# ...into a bar



## bushidomartialarts (Nov 7, 2006)

a blonde, a brunette, a readhead, a priest, a rabbi, a dog and a salesman walk into a bar.

the bartender says 'what is this, some kind of joke?'

then the blonde says 'i don't get it'


----------



## Carol (Nov 7, 2006)

Credit to MA-Caver for this one...

Two guys walk in to a bar.

The third guy...ducks.


----------



## MA-Caver (Nov 7, 2006)

A ham sandwich walks into a bar... bartender says "Hey! We don't serve food here!" 

A horse walks into a bar, bartender says "Why the long face?" 

A guy walks into a bar with a piece of asphalt under his arm... he says to the bartender, I'll have a beer and one for the road! 

A piece of string walks into a bar (don't ask HOW!!) and the bartender gets mad and stomps all over it and throws it out... the string walks back in all tattered... bartender says "Aren't you that string I threw outta here a few seconds ago?" The string says... "no I'm *afraid not*!" 
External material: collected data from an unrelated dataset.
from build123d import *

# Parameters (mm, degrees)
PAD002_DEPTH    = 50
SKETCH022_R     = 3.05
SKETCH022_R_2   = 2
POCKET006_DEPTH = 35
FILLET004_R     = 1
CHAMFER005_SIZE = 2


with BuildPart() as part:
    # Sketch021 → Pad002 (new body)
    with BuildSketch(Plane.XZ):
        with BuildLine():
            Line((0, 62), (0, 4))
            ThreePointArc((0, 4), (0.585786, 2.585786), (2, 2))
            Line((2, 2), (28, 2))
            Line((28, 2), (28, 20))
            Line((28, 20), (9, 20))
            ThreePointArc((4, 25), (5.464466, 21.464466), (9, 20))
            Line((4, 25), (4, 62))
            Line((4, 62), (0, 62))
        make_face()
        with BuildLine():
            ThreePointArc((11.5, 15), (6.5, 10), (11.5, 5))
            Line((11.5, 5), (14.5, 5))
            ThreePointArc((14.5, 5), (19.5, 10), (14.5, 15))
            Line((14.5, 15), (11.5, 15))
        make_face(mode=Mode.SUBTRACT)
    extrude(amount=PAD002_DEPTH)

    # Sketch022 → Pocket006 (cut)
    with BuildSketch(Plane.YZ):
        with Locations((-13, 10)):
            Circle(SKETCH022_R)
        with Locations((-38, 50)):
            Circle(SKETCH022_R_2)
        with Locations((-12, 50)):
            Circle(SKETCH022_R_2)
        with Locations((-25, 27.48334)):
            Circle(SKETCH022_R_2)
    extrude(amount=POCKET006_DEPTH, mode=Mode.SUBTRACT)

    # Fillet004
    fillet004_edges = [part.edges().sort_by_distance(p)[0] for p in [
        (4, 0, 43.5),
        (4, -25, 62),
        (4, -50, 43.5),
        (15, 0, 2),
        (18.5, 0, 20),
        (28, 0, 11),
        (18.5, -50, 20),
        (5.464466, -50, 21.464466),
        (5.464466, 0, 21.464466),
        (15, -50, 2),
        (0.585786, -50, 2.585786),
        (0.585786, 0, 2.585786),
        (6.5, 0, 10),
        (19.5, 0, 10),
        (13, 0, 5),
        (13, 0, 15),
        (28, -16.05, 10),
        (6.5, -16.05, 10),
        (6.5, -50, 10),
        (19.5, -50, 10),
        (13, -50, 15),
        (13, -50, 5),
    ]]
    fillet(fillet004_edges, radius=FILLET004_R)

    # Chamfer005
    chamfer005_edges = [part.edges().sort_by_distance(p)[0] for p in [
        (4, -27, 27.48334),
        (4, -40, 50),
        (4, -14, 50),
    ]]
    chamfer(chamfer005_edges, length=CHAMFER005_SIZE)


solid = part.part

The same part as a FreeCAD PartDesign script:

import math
import FreeCAD as App
import Part
import Sketcher
from FreeCAD import Vector
Q = App.Units.Quantity


def edges_at(feature, points):
    """Names of the edges that pass closest to the given points."""
    edges = feature.Shape.Edges
    near = lambda p: min(range(len(edges)), key=lambda i: edges[i].distToShape(Part.Vertex(*p))[0])
    return sorted({f"Edge{near(p) + 1}" for p in points})

doc = App.newDocument("Part")
body = doc.addObject("PartDesign::Body", "Body")

sketch1 = doc.addObject("Sketcher::SketchObject", "Sketch")
body.addObject(sketch1)
sketch1.AttachmentSupport = (doc.XZ_Plane, [""])
sketch1.MapMode = "FlatFace"
sketch1.addGeometry([
    Part.LineSegment(Vector(0, 62, 0), Vector(0, 4, 0)),
    Part.ArcOfCircle(Part.Circle(Vector(1.999999, 3.999999, 0), Vector(0, 0, 1), 1.999999), math.radians(179.999957), math.radians(270.000043)),
    Part.LineSegment(Vector(2, 2, 0), Vector(28, 2, 0)),
    Part.LineSegment(Vector(28, 2, 0), Vector(28, 20, 0)),
    Part.LineSegment(Vector(28, 20, 0), Vector(9, 20, 0)),
    Part.ArcOfCircle(Part.Circle(Vector(9, 25, 0), Vector(0, 0, 1), 5), math.radians(179.999996), math.radians(270.000004)),
    Part.LineSegment(Vector(4, 25, 0), Vector(4, 62, 0)),
    Part.LineSegment(Vector(4, 62, 0), Vector(0, 62, 0)),
    Part.ArcOfCircle(Part.Circle(Vector(11.5, 10, 0), Vector(0, 0, 1), 5), math.radians(90), math.radians(270)),
    Part.LineSegment(Vector(11.5, 15, 0), Vector(14.5, 15, 0)),
    Part.ArcOfCircle(Part.Circle(Vector(14.5, 10, 0), Vector(0, 0, 1), 5), math.radians(-90), math.radians(90)),
    Part.LineSegment(Vector(14.5, 5, 0), Vector(11.5, 5, 0)),
], False)
sketch1.addConstraint([
    Sketcher.Constraint("Tangent", 0, 2, 1, 1),
    Sketcher.Constraint("Tangent", 1, 2, 2, 1),
    Sketcher.Constraint("Coincident", 2, 2, 3, 1),
    Sketcher.Constraint("Coincident", 3, 2, 4, 1),
    Sketcher.Constraint("Tangent", 4, 2, 5, 2),
    Sketcher.Constraint("Tangent", 5, 1, 6, 1),
    Sketcher.Constraint("Coincident", 6, 2, 7, 1),
    Sketcher.Constraint("Coincident", 7, 2, 0, 1),
    Sketcher.Constraint("Tangent", 8, 1, 9, 1),
    Sketcher.Constraint("Tangent", 9, 2, 10, 2),
    Sketcher.Constraint("Tangent", 10, 1, 11, 1),
    Sketcher.Constraint("Tangent", 11, 2, 8, 2),
    Sketcher.Constraint("Vertical", 0),
    Sketcher.Constraint("Horizontal", 2),
    Sketcher.Constraint("Vertical", 3),
    Sketcher.Constraint("Horizontal", 4),
    Sketcher.Constraint("Vertical", 6),
    Sketcher.Constraint("Horizontal", 7),
    Sketcher.Constraint("Horizontal", 9),
    Sketcher.Constraint("Horizontal", 11),
    Sketcher.Constraint("Equal", 5, 8),
    Sketcher.Constraint("PointOnObject", 0, 2, -2),
    Sketcher.Constraint("Radius", 1, Q("1.999999 mm")),
    Sketcher.Constraint("Radius", 5, Q("5 mm")),
    Sketcher.Constraint("DistanceX", 2, 1, 2, 2, Q("26 mm")),
    Sketcher.Constraint("DistanceX", 4, 2, 4, 1, Q("19 mm")),
    Sketcher.Constraint("DistanceX", 9, 1, 9, 2, Q("3 mm")),
    Sketcher.Constraint("DistanceY", 0, 2, 0, 1, Q("58 mm")),
    Sketcher.Constraint("DistanceY", 3, 1, 3, 2, Q("18 mm")),
    Sketcher.Constraint("DistanceY", -1, 1, 1, 3, Q("3.999999 mm")),
    Sketcher.Constraint("DistanceY", -1, 1, 8, 3, Q("10 mm")),
    Sketcher.Constraint("DistanceX", -1, 1, 8, 3, Q("11.5 mm")),
])
pad1 = doc.addObject("PartDesign::Pad", "Pad")
body.addObject(pad1)
pad1.Profile = sketch1
pad1.Length = 50

sketch2 = doc.addObject("Sketcher::SketchObject", "Sketch001")
body.addObject(sketch2)
sketch2.AttachmentSupport = (doc.YZ_Plane, [""])
sketch2.MapMode = "FlatFace"
sketch2.addGeometry([
    Part.Circle(Vector(-13, 10, 0), Vector(0, 0, 1), 3.05),
    Part.Circle(Vector(-38, 50, 0), Vector(0, 0, 1), 2),
    Part.Circle(Vector(-12, 50, 0), Vector(0, 0, 1), 2),
    Part.Circle(Vector(-25, 27.48334, 0), Vector(0, 0, 1), 2),
], False)
sketch2.addConstraint([
    Sketcher.Constraint("Equal", 1, 2),
    Sketcher.Constraint("Equal", 2, 3),
    Sketcher.Constraint("Horizontal", 1, 3, 2, 3),
    Sketcher.Constraint("Diameter", 1, Q("4 mm")),
    Sketcher.Constraint("Diameter", 0, Q("6.1 mm")),
    Sketcher.Constraint("DistanceX", 0, 3, -1, 1, Q("13 mm")),
    Sketcher.Constraint("DistanceY", -1, 1, 0, 3, Q("10 mm")),
    Sketcher.Constraint("DistanceX", 1, 3, -1, 1, Q("38 mm")),
    Sketcher.Constraint("DistanceY", -1, 1, 1, 3, Q("50 mm")),
    Sketcher.Constraint("DistanceX", 2, 3, -1, 1, Q("12 mm")),
    Sketcher.Constraint("DistanceX", 3, 3, -1, 1, Q("25 mm")),
    Sketcher.Constraint("DistanceY", -1, 1, 3, 3, Q("27.48334 mm")),
])
pocket1 = doc.addObject("PartDesign::Pocket", "Pocket")
body.addObject(pocket1)
pocket1.Profile = sketch2
pocket1.Length = 35
pocket1.Reversed = True
doc.recompute()

fillet = doc.addObject("PartDesign::Fillet", "Fillet")
body.addObject(fillet)
fillet.Base = (pocket1, edges_at(pocket1, [
    (4, 0, 43.5),
    (4, -25, 62),
    (4, -50, 43.5),
    (15, 0, 2),
    (18.5, 0, 20),
    (28, 0, 11),
    (18.5, -50, 20),
    (5.464, -50, 21.464),
    (5.464, 0, 21.464),
    (15, -50, 2),
    (0.586, -50, 2.586),
    (0.586, 0, 2.586),
    (6.5, 0, 10),
    (19.5, 0, 10),
    (13, 0, 5),
    (13, 0, 15),
    (28, -16.05, 10),
    (6.5, -16.05, 10),
    (6.5, -50, 10),
    (19.5, -50, 10),
    (13, -50, 15),
    (13, -50, 5),
]))
fillet.Radius = 1
doc.recompute()

chamfer = doc.addObject("PartDesign::Chamfer", "Chamfer")
body.addObject(chamfer)
chamfer.Base = (fillet, edges_at(fillet, [(4, -27, 27.483), (4, -40, 50), (4, -14, 50)]))
chamfer.Size = 2

doc.recompute()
(ok ok... lame and old... :idunno: whaddya want?)


----------



## bw_ryukyukempo (Nov 10, 2006)

MA-Caver said:


> A horse walks into a bar, bartender says "Why the long face?"


 
And the horse says, "It's my wife. Nag, Nag, Nag."

(sorry, couldn't resist)

bw


----------



## Drac (Nov 10, 2006)

Thanks for the laugh Caver..


----------